**DATA SHOWN**
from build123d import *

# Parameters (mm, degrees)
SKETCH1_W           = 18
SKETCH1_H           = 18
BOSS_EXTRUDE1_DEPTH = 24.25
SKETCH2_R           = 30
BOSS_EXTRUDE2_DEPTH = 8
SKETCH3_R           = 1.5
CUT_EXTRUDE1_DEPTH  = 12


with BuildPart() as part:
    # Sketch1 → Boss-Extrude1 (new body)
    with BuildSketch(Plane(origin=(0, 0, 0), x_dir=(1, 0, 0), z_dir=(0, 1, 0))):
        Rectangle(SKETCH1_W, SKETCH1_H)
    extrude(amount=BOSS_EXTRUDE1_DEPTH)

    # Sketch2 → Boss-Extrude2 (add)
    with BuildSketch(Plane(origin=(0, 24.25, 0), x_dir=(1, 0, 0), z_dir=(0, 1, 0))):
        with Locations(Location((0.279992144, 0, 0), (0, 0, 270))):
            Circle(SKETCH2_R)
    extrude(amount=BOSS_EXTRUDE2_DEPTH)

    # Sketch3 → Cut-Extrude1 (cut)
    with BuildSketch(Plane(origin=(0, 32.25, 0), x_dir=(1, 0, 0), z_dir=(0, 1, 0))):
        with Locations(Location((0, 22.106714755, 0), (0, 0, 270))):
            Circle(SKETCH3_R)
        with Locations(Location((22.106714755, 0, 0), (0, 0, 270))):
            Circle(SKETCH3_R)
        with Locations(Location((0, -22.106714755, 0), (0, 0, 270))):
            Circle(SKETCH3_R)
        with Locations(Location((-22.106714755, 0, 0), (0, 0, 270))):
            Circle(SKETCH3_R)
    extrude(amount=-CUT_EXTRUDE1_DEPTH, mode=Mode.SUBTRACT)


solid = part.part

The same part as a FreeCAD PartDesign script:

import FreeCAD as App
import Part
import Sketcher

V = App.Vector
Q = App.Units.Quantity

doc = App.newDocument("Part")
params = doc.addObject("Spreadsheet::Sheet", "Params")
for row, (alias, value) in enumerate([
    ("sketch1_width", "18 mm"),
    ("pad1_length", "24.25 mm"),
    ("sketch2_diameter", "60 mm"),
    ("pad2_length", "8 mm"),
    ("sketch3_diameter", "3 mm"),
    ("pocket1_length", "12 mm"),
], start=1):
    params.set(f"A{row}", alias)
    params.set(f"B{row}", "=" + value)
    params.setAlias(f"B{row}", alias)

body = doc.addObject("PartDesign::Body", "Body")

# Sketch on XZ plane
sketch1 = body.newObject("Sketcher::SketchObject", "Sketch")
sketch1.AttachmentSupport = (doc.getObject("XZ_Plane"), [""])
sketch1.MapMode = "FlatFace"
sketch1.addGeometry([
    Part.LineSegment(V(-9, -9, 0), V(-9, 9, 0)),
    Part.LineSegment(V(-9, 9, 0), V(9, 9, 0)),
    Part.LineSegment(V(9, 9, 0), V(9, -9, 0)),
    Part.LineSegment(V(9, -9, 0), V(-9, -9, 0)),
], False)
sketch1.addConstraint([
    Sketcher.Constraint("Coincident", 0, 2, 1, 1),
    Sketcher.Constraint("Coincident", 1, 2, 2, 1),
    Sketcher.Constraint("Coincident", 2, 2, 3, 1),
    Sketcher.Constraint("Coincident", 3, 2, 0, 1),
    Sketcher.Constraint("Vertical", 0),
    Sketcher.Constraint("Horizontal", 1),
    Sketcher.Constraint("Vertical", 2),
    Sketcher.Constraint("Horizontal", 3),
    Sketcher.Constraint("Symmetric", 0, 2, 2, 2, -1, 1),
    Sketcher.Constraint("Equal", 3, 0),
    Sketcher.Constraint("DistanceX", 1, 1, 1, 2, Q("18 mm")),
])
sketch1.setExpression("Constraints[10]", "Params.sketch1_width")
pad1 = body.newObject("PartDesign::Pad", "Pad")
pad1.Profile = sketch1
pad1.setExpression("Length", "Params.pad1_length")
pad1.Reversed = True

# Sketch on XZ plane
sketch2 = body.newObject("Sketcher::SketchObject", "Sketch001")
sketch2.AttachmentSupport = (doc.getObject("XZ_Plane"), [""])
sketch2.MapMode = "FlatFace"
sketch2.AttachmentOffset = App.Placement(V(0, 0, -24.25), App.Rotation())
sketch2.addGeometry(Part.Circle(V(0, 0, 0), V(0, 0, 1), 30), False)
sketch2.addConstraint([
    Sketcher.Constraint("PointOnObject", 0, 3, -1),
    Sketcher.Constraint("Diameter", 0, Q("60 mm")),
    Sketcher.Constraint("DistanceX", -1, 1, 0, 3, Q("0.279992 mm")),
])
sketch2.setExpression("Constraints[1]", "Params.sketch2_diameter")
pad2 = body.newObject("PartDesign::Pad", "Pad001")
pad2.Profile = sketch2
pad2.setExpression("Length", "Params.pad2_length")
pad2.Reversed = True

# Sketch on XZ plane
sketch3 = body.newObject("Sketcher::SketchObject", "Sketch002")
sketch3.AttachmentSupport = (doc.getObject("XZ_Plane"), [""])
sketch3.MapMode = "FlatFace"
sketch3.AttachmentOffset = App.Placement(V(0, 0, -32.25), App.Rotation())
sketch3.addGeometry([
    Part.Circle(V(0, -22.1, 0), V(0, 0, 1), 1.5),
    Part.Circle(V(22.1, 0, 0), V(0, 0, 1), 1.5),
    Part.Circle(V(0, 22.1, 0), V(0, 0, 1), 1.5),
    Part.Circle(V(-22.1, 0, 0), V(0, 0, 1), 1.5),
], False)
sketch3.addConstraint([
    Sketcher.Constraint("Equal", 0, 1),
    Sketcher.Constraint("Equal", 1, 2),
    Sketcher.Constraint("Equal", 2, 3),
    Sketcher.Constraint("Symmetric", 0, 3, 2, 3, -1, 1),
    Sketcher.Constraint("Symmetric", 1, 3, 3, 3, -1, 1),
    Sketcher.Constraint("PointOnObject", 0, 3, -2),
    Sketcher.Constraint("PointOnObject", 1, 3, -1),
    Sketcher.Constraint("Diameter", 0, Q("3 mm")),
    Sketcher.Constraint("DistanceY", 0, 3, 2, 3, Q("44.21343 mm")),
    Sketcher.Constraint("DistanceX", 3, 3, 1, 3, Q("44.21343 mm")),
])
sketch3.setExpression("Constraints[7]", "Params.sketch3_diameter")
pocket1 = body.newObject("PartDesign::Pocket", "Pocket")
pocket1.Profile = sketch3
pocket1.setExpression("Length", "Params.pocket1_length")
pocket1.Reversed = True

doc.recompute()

**WHAT THIS TASK INVOLVES**
Repeat the material exactly. Begin with its first line and end with the line that has "The same part".

**REPLY TO THE TASK**
from build123d import *

# Parameters (mm, degrees)
SKETCH1_W           = 18
SKETCH1_H           = 18
BOSS_EXTRUDE1_DEPTH = 24.25
SKETCH2_R           = 30
BOSS_EXTRUDE2_DEPTH = 8
SKETCH3_R           = 1.5
CUT_EXTRUDE1_DEPTH  = 12


with BuildPart() as part:
    # Sketch1 → Boss-Extrude1 (new body)
    with BuildSketch(Plane(origin=(0, 0, 0), x_dir=(1, 0, 0), z_dir=(0, 1, 0))):
        Rectangle(SKETCH1_W, SKETCH1_H)
    extrude(amount=BOSS_EXTRUDE1_DEPTH)

    # Sketch2 → Boss-Extrude2 (add)
    with BuildSketch(Plane(origin=(0, 24.25, 0), x_dir=(1, 0, 0), z_dir=(0, 1, 0))):
        with Locations(Location((0.279992144, 0, 0), (0, 0, 270))):
            Circle(SKETCH2_R)
    extrude(amount=BOSS_EXTRUDE2_DEPTH)

    # Sketch3 → Cut-Extrude1 (cut)
    with BuildSketch(Plane(origin=(0, 32.25, 0), x_dir=(1, 0, 0), z_dir=(0, 1, 0))):
        with Locations(Location((0, 22.106714755, 0), (0, 0, 270))):
            Circle(SKETCH3_R)
        with Locations(Location((22.106714755, 0, 0), (0, 0, 270))):
            Circle(SKETCH3_R)
        with Locations(Location((0, -22.106714755, 0), (0, 0, 270))):
            Circle(SKETCH3_R)
        with Locations(Location((-22.106714755, 0, 0), (0, 0, 270))):
            Circle(SKETCH3_R)
    extrude(amount=-CUT_EXTRUDE1_DEPTH, mode=Mode.SUBTRACT)


solid = part.part

The same part as a FreeCAD PartDesign script:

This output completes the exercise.